> **To do**:
Could you reproduce all of these records exactly?

================

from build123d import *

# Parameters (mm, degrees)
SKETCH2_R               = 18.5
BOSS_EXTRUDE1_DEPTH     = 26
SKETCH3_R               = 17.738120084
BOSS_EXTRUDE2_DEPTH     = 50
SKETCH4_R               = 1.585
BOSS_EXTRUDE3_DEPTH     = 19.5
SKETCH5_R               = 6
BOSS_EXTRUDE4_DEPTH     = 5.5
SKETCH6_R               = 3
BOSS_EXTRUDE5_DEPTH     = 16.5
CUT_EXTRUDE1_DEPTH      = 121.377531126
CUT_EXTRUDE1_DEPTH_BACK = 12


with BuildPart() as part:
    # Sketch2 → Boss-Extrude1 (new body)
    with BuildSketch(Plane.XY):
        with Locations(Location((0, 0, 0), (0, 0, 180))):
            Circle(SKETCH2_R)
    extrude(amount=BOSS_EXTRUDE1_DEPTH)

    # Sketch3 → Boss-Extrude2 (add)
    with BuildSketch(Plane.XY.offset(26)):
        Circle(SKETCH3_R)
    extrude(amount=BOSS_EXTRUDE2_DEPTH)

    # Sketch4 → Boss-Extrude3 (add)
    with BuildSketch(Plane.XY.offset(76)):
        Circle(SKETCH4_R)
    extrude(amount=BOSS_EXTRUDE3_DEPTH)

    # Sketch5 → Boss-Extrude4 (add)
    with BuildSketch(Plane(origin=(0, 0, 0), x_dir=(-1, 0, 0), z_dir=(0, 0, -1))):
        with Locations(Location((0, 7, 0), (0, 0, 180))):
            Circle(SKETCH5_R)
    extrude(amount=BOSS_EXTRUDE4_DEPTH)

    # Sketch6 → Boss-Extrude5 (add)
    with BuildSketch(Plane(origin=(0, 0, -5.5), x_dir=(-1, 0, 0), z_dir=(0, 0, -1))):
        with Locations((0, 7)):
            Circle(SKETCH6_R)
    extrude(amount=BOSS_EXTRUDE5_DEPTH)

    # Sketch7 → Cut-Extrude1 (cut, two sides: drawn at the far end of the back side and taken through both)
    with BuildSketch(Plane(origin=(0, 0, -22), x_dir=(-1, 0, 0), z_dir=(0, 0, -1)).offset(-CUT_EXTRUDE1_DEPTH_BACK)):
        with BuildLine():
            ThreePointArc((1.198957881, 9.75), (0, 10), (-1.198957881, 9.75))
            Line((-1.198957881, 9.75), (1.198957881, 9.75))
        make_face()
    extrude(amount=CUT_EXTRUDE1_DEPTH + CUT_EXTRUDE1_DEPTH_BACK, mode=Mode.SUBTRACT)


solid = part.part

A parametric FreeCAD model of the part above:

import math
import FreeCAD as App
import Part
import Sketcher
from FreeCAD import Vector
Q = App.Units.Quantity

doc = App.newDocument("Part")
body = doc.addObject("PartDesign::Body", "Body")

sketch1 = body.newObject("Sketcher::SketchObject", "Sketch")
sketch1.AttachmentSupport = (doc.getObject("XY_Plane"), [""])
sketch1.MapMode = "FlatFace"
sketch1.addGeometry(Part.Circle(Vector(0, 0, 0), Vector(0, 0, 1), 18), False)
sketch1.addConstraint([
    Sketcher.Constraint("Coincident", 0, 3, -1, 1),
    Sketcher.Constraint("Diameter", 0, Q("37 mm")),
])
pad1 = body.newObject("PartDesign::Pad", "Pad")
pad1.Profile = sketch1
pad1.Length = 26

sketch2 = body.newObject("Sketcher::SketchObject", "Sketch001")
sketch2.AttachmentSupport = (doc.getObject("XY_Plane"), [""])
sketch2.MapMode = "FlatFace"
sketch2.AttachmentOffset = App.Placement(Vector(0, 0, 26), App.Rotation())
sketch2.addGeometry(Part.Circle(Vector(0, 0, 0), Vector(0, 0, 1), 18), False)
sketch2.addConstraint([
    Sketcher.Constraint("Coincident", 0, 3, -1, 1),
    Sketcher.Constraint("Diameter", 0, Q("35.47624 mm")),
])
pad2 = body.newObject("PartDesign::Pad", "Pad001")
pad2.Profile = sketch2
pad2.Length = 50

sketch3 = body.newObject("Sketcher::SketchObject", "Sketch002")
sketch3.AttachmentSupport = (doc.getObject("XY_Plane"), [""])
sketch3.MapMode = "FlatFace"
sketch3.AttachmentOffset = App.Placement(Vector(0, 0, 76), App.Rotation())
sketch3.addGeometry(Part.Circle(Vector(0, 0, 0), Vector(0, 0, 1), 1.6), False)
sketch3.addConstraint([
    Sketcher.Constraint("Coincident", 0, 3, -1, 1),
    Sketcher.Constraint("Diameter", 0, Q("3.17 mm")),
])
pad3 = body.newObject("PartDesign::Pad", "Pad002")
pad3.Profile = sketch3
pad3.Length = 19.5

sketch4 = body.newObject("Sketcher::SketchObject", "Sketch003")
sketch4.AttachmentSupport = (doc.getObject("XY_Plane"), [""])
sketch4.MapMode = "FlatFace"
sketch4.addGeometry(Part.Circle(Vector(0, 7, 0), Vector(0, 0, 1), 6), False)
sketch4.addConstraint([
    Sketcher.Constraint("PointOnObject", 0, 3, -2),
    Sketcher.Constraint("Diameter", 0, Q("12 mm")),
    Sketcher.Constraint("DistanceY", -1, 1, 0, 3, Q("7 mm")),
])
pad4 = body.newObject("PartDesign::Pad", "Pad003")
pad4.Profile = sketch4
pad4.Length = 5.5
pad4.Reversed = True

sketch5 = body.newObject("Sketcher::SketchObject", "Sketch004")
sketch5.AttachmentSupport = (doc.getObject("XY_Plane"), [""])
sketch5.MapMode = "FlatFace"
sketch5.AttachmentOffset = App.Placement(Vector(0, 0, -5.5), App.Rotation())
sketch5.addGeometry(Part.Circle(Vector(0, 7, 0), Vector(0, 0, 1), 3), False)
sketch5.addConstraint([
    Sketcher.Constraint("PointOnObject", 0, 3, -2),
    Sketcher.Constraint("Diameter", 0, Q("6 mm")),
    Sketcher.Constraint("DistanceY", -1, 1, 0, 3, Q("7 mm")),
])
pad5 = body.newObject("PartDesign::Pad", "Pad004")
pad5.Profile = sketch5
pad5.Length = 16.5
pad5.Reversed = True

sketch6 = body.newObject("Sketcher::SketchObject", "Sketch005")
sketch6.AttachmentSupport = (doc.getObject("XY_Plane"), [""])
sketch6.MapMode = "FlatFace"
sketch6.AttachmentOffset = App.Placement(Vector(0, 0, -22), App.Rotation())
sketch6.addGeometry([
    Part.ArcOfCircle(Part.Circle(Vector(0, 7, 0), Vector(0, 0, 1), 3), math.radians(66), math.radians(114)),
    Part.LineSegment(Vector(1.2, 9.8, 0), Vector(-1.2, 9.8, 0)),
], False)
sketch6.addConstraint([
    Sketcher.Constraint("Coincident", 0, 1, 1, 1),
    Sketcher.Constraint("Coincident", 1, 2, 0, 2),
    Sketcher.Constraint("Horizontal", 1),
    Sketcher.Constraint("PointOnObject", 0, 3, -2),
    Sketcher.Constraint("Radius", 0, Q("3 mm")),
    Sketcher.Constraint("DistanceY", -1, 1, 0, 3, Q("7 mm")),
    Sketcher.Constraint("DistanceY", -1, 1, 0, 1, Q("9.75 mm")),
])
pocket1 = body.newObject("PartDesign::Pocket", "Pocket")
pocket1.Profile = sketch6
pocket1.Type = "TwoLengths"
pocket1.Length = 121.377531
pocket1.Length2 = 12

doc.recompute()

================

> **Problem solution**:
from build123d import *

# Parameters (mm, degrees)
SKETCH2_R               = 18.5
BOSS_EXTRUDE1_DEPTH     = 26
SKETCH3_R               = 17.738120084
BOSS_EXTRUDE2_DEPTH     = 50
SKETCH4_R               = 1.585
BOSS_EXTRUDE3_DEPTH     = 19.5
SKETCH5_R               = 6
BOSS_EXTRUDE4_DEPTH     = 5.5
SKETCH6_R               = 3
BOSS_EXTRUDE5_DEPTH     = 16.5
CUT_EXTRUDE1_DEPTH      = 121.377531126
CUT_EXTRUDE1_DEPTH_BACK = 12


with BuildPart() as part:
    # Sketch2 → Boss-Extrude1 (new body)
    with BuildSketch(Plane.XY):
        with Locations(Location((0, 0, 0), (0, 0, 180))):
            Circle(SKETCH2_R)
    extrude(amount=BOSS_EXTRUDE1_DEPTH)

    # Sketch3 → Boss-Extrude2 (add)
    with BuildSketch(Plane.XY.offset(26)):
        Circle(SKETCH3_R)
    extrude(amount=BOSS_EXTRUDE2_DEPTH)

    # Sketch4 → Boss-Extrude3 (add)
    with BuildSketch(Plane.XY.offset(76)):
        Circle(SKETCH4_R)
    extrude(amount=BOSS_EXTRUDE3_DEPTH)

    # Sketch5 → Boss-Extrude4 (add)
    with BuildSketch(Plane(origin=(0, 0, 0), x_dir=(-1, 0, 0), z_dir=(0, 0, -1))):
        with Locations(Location((0, 7, 0), (0, 0, 180))):
            Circle(SKETCH5_R)
    extrude(amount=BOSS_EXTRUDE4_DEPTH)

    # Sketch6 → Boss-Extrude5 (add)
    with BuildSketch(Plane(origin=(0, 0, -5.5), x_dir=(-1, 0, 0), z_dir=(0, 0, -1))):
        with Locations((0, 7)):
            Circle(SKETCH6_R)
    extrude(amount=BOSS_EXTRUDE5_DEPTH)

    # Sketch7 → Cut-Extrude1 (cut, two sides: drawn at the far end of the back side and taken through both)
    with BuildSketch(Plane(origin=(0, 0, -22), x_dir=(-1, 0, 0), z_dir=(0, 0, -1)).offset(-CUT_EXTRUDE1_DEPTH_BACK)):
        with BuildLine():
            ThreePointArc((1.198957881, 9.75), (0, 10), (-1.198957881, 9.75))
            Line((-1.198957881, 9.75), (1.198957881, 9.75))
        make_face()
    extrude(amount=CUT_EXTRUDE1_DEPTH + CUT_EXTRUDE1_DEPTH_BACK, mode=Mode.SUBTRACT)


solid = part.part

A parametric FreeCAD model of the part above:

import math
import FreeCAD as App
import Part
import Sketcher
from FreeCAD import Vector
Q = App.Units.Quantity

doc = App.newDocument("Part")
body = doc.addObject("PartDesign::Body", "Body")

sketch1 = body.newObject("Sketcher::SketchObject", "Sketch")
sketch1.AttachmentSupport = (doc.getObject("XY_Plane"), [""])
sketch1.MapMode = "FlatFace"
sketch1.addGeometry(Part.Circle(Vector(0, 0, 0), Vector(0, 0, 1), 18), False)
sketch1.addConstraint([
    Sketcher.Constraint("Coincident", 0, 3, -1, 1),
    Sketcher.Constraint("Diameter", 0, Q("37 mm")),
])
pad1 = body.newObject("PartDesign::Pad", "Pad")
pad1.Profile = sketch1
pad1.Length = 26

sketch2 = body.newObject("Sketcher::SketchObject", "Sketch001")
sketch2.AttachmentSupport = (doc.getObject("XY_Plane"), [""])
sketch2.MapMode = "FlatFace"
sketch2.AttachmentOffset = App.Placement(Vector(0, 0, 26), App.Rotation())
sketch2.addGeometry(Part.Circle(Vector(0, 0, 0), Vector(0, 0, 1), 18), False)
sketch2.addConstraint([
    Sketcher.Constraint("Coincident", 0, 3, -1, 1),
    Sketcher.Constraint("Diameter", 0, Q("35.47624 mm")),
])
pad2 = body.newObject("PartDesign::Pad", "Pad001")
pad2.Profile = sketch2
pad2.Length = 50

sketch3 = body.newObject("Sketcher::SketchObject", "Sketch002")
sketch3.AttachmentSupport = (doc.getObject("XY_Plane"), [""])
sketch3.MapMode = "FlatFace"
sketch3.AttachmentOffset = App.Placement(Vector(0, 0, 76), App.Rotation())
sketch3.addGeometry(Part.Circle(Vector(0, 0, 0), Vector(0, 0, 1), 1.6), False)
sketch3.addConstraint([
    Sketcher.Constraint("Coincident", 0, 3, -1, 1),
    Sketcher.Constraint("Diameter", 0, Q("3.17 mm")),
])
pad3 = body.newObject("PartDesign::Pad", "Pad002")
pad3.Profile = sketch3
pad3.Length = 19.5

sketch4 = body.newObject("Sketcher::SketchObject", "Sketch003")
sketch4.AttachmentSupport = (doc.getObject("XY_Plane"), [""])
sketch4.MapMode = "FlatFace"
sketch4.addGeometry(Part.Circle(Vector(0, 7, 0), Vector(0, 0, 1), 6), False)
sketch4.addConstraint([
    Sketcher.Constraint("PointOnObject", 0, 3, -2),
    Sketcher.Constraint("Diameter", 0, Q("12 mm")),
    Sketcher.Constraint("DistanceY", -1, 1, 0, 3, Q("7 mm")),
])
pad4 = body.newObject("PartDesign::Pad", "Pad003")
pad4.Profile = sketch4
pad4.Length = 5.5
pad4.Reversed = True

sketch5 = body.newObject("Sketcher::SketchObject", "Sketch004")
sketch5.AttachmentSupport = (doc.getObject("XY_Plane"), [""])
sketch5.MapMode = "FlatFace"
sketch5.AttachmentOffset = App.Placement(Vector(0, 0, -5.5), App.Rotation())
sketch5.addGeometry(Part.Circle(Vector(0, 7, 0), Vector(0, 0, 1), 3), False)
sketch5.addConstraint([
    Sketcher.Constraint("PointOnObject", 0, 3, -2),
    Sketcher.Constraint("Diameter", 0, Q("6 mm")),
    Sketcher.Constraint("DistanceY", -1, 1, 0, 3, Q("7 mm")),
])
pad5 = body.newObject("PartDesign::Pad", "Pad004")
pad5.Profile = sketch5
pad5.Length = 16.5
pad5.Reversed = True

sketch6 = body.newObject("Sketcher::SketchObject", "Sketch005")
sketch6.AttachmentSupport = (doc.getObject("XY_Plane"), [""])
sketch6.MapMode = "FlatFace"
sketch6.AttachmentOffset = App.Placement(Vector(0, 0, -22), App.Rotation())
sketch6.addGeometry([
    Part.ArcOfCircle(Part.Circle(Vector(0, 7, 0), Vector(0, 0, 1), 3), math.radians(66), math.radians(114)),
    Part.LineSegment(Vector(1.2, 9.8, 0), Vector(-1.2, 9.8, 0)),
], False)
sketch6.addConstraint([
    Sketcher.Constraint("Coincident", 0, 1, 1, 1),
    Sketcher.Constraint("Coincident", 1, 2, 0, 2),
    Sketcher.Constraint("Horizontal", 1),
    Sketcher.Constraint("PointOnObject", 0, 3, -2),
    Sketcher.Constraint("Radius", 0, Q("3 mm")),
    Sketcher.Constraint("DistanceY", -1, 1, 0, 3, Q("7 mm")),
    Sketcher.Constraint("DistanceY", -1, 1, 0, 1, Q("9.75 mm")),
])
pocket1 = body.newObject("PartDesign::Pocket", "Pocket")
pocket1.Profile = sketch6
pocket1.Type = "TwoLengths"
pocket1.Length = 121.377531
pocket1.Length2 = 12

doc.recompute()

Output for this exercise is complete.